Aim: The aim of this study is to assess canine tooth impaction (TI) among population of Riyadh, Saudi Arabia.
Subjects and Methods: We performed a retrospective analysis of 2157 patients' panoramic radiographs who visited any of the three campuses of Riyadh Colleges of Dentistry and Pharmacy clinics between August 2014 and May 2015. Analysis was performed specifically for the purpose of this study.
Results: Among the 2157 panoramic radiographs analyzed, we found canine impaction in 79 patients (3.65% of the total sample size). Seventy-three cases had maxillary canine impaction (3.37% of the total population) and eight patients with mandibular canine impaction.
Conclusions: Higher than the reported figures, in this large cohort of Riyadh population reviewed, canine TI is 3.6%.

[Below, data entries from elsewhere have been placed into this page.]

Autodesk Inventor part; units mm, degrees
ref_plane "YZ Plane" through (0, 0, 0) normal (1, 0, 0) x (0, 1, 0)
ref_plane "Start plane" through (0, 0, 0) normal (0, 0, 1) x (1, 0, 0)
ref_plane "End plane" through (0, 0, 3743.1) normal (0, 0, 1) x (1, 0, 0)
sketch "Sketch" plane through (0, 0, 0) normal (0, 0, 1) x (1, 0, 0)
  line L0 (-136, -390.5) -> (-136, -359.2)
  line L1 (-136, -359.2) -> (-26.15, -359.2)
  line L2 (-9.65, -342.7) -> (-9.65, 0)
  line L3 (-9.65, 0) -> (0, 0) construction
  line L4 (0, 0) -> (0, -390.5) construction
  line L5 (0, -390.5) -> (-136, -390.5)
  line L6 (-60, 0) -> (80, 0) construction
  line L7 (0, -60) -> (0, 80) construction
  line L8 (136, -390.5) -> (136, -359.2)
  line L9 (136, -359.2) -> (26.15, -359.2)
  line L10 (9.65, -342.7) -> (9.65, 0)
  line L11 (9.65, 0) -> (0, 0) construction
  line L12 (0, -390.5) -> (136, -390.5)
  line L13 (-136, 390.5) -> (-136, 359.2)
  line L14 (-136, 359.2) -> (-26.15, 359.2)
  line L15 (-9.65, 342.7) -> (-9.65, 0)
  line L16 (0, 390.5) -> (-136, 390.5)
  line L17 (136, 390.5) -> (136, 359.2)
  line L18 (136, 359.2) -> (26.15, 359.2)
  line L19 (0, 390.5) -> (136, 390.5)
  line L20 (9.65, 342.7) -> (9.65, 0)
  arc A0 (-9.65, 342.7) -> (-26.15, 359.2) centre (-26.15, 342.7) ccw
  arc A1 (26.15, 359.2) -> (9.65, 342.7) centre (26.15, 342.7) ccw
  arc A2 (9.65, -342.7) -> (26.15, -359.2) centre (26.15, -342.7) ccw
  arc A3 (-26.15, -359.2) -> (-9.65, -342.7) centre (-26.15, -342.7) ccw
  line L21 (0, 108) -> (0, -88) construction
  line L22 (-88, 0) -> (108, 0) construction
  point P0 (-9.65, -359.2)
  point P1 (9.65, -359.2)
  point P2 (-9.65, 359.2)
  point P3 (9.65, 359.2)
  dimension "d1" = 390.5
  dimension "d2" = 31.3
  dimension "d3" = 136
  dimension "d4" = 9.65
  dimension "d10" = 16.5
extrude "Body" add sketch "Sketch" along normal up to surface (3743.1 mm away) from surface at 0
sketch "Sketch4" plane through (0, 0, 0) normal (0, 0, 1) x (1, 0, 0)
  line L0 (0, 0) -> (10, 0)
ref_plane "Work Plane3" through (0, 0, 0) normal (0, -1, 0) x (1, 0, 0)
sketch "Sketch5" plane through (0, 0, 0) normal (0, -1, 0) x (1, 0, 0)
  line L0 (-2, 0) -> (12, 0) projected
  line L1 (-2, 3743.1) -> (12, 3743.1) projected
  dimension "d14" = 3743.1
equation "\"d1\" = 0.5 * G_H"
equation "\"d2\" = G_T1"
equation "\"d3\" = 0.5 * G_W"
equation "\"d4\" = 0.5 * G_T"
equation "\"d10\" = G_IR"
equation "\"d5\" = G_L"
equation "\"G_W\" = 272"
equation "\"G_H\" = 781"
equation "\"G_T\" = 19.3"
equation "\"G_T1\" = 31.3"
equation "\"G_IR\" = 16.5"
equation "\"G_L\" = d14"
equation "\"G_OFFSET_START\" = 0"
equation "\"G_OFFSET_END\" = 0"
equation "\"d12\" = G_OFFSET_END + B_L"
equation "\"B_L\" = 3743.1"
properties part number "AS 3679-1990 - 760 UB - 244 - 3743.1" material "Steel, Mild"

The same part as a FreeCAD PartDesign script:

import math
import FreeCAD as App
import Part
import Sketcher
Q = App.Units.Quantity

doc = App.newDocument("Part")
body = doc.addObject("PartDesign::Body", "Body")

# Sketch on XY plane
sketch1 = body.newObject("Sketcher::SketchObject", "Sketch")
sketch1.AttachmentSupport = (doc.getObject("XY_Plane"), [""])
sketch1.MapMode = "FlatFace"
sketch1.addGeometry([
    Part.LineSegment(App.Vector(-136, -359, 0), App.Vector(-136, -390, 0)),  # 0
    Part.LineSegment(App.Vector(-136, -390, 0), App.Vector(136, -390, 0)),  # 1
    Part.LineSegment(App.Vector(136, -390, 0), App.Vector(136, -359, 0)),  # 2
    Part.LineSegment(App.Vector(136, -359, 0), App.Vector(26, -359, 0)),  # 3
    Part.ArcOfCircle(Part.Circle(App.Vector(26, -343, 0), App.Vector(0, 0, 1), 16), math.radians(180), math.radians(270)),  # 4
    Part.LineSegment(App.Vector(10, -343, 0), App.Vector(10, 343, 0)),  # 5
    Part.ArcOfCircle(Part.Circle(App.Vector(26, 343, 0), App.Vector(0, 0, 1), 16), math.radians(90), math.radians(180)),  # 6
    Part.LineSegment(App.Vector(26, 359, 0), App.Vector(136, 359, 0)),  # 7
    Part.LineSegment(App.Vector(136, 359, 0), App.Vector(136, 390, 0)),  # 8
    Part.LineSegment(App.Vector(136, 390, 0), App.Vector(-136, 390, 0)),  # 9
    Part.LineSegment(App.Vector(-136, 390, 0), App.Vector(-136, 359, 0)),  # 10
    Part.LineSegment(App.Vector(-136, 359, 0), App.Vector(-26, 359, 0)),  # 11
    Part.ArcOfCircle(Part.Circle(App.Vector(-26, 343, 0), App.Vector(0, 0, 1), 16), math.radians(0), math.radians(90)),  # 12
    Part.LineSegment(App.Vector(-10, 343, 0), App.Vector(-10, -343, 0)),  # 13
    Part.ArcOfCircle(Part.Circle(App.Vector(-26, -343, 0), App.Vector(0, 0, 1), 16), math.radians(-90), math.radians(0)),  # 14
    Part.LineSegment(App.Vector(-26, -359, 0), App.Vector(-136, -359, 0)),  # 15
], False)
sketch1.addConstraint([
    Sketcher.Constraint("Coincident", 0, 2, 1, 1),
    Sketcher.Constraint("Coincident", 1, 2, 2, 1),
    Sketcher.Constraint("Coincident", 2, 2, 3, 1),
    Sketcher.Constraint("Tangent", 3, 2, 4, 2),
    Sketcher.Constraint("Tangent", 4, 1, 5, 1),
    Sketcher.Constraint("Tangent", 5, 2, 6, 2),
    Sketcher.Constraint("Tangent", 6, 1, 7, 1),
    Sketcher.Constraint("Coincident", 7, 2, 8, 1),
    Sketcher.Constraint("Coincident", 8, 2, 9, 1),
    Sketcher.Constraint("Coincident", 9, 2, 10, 1),
    Sketcher.Constraint("Coincident", 10, 2, 11, 1),
    Sketcher.Constraint("Tangent", 11, 2, 12, 2),
    Sketcher.Constraint("Tangent", 12, 1, 13, 1),
    Sketcher.Constraint("Tangent", 13, 2, 14, 2),
    Sketcher.Constraint("Tangent", 14, 1, 15, 1),
    Sketcher.Constraint("Coincident", 15, 2, 0, 1),
    Sketcher.Constraint("Vertical", 0),
    Sketcher.Constraint("Horizontal", 1),
    Sketcher.Constraint("Vertical", 2),
    Sketcher.Constraint("Horizontal", 3),
    Sketcher.Constraint("Vertical", 5),
    Sketcher.Constraint("Horizontal", 7),
    Sketcher.Constraint("Vertical", 8),
    Sketcher.Constraint("Horizontal", 9),
    Sketcher.Constraint("Vertical", 10),
    Sketcher.Constraint("Horizontal", 11),
    Sketcher.Constraint("Vertical", 13),
    Sketcher.Constraint("Horizontal", 15),
    Sketcher.Constraint("Equal", 4, 6),
    Sketcher.Constraint("Equal", 6, 12),
    Sketcher.Constraint("Equal", 12, 14),
    Sketcher.Constraint("Symmetric", 4, 3, 12, 3, -1, 1),
    Sketcher.Constraint("Symmetric", 0, 2, 8, 2, -1, 1),
    Sketcher.Constraint("Symmetric", 7, 2, 10, 2, -2),
    Sketcher.Constraint("Symmetric", 2, 2, 15, 2, -2),
    Sketcher.Constraint("Radius", 4, Q("16.5 mm")),
    Sketcher.Constraint("DistanceY", 0, 2, 0, 1, Q("31.3 mm")),
    Sketcher.Constraint("DistanceX", 0, 2, -1, 1, Q("136 mm")),
    Sketcher.Constraint("DistanceY", 0, 2, -1, 1, Q("390.5 mm")),
    Sketcher.Constraint("DistanceX", -1, 1, 4, 1, Q("9.65 mm")),
])
pad1 = body.newObject("PartDesign::Pad", "Pad")
pad1.Profile = sketch1
pad1.Length = 3743.1

doc.recompute()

Keywords: Canine, impaction, mandibular canine, maxillary canine, panoramic radiographs


How to cite this article:
Melha SB, Alturki S, Aldawasri G, Almeshari N, Almeshari S, Albadr K. Canine impaction among riyadh population: A single center experience. Int J Oral Health Sci 2017;7:93-5

How to cite this URL:
Melha SB, Alturki S, Aldawasri G, Almeshari N, Almeshari S, Albadr K. Canine impaction among riyadh population: A single center experience. Int J Oral Health Sci [serial online] 2017 [cited 2019 Nov 17];7:93-5. Available from: http://www.ijohsjournal.org/text.asp?2017/7/2/93/222407




  Introduction Top


Tooth impaction (TI) is a condition in which a tooth is embedded in the alveolus and is locked-in due to malposition or obstruction in the eruption path into oral cavity.[1] Tooth is considered impacted when its eruption is delayed for a minimum of 2 years after the corresponding mean age of eruption.[2] Causes of TI includes several systemic and local factors; however, the exact mechanism is not well-known.[3] TI is common in dental practice between teenagers and adults, with the third molar TI being the most common.[4],[5] Canine impaction is a well-documented phenomenon in literature and is considered as challenge to the dentist.[6] It is more predominant in females than males and more facially located than palatally.[7],[8] In this study, we tried to determine the percentage of canine impaction among Riyadh population, the capital of Saudi Arabia who visited our dental clinics in 2014 and 2015.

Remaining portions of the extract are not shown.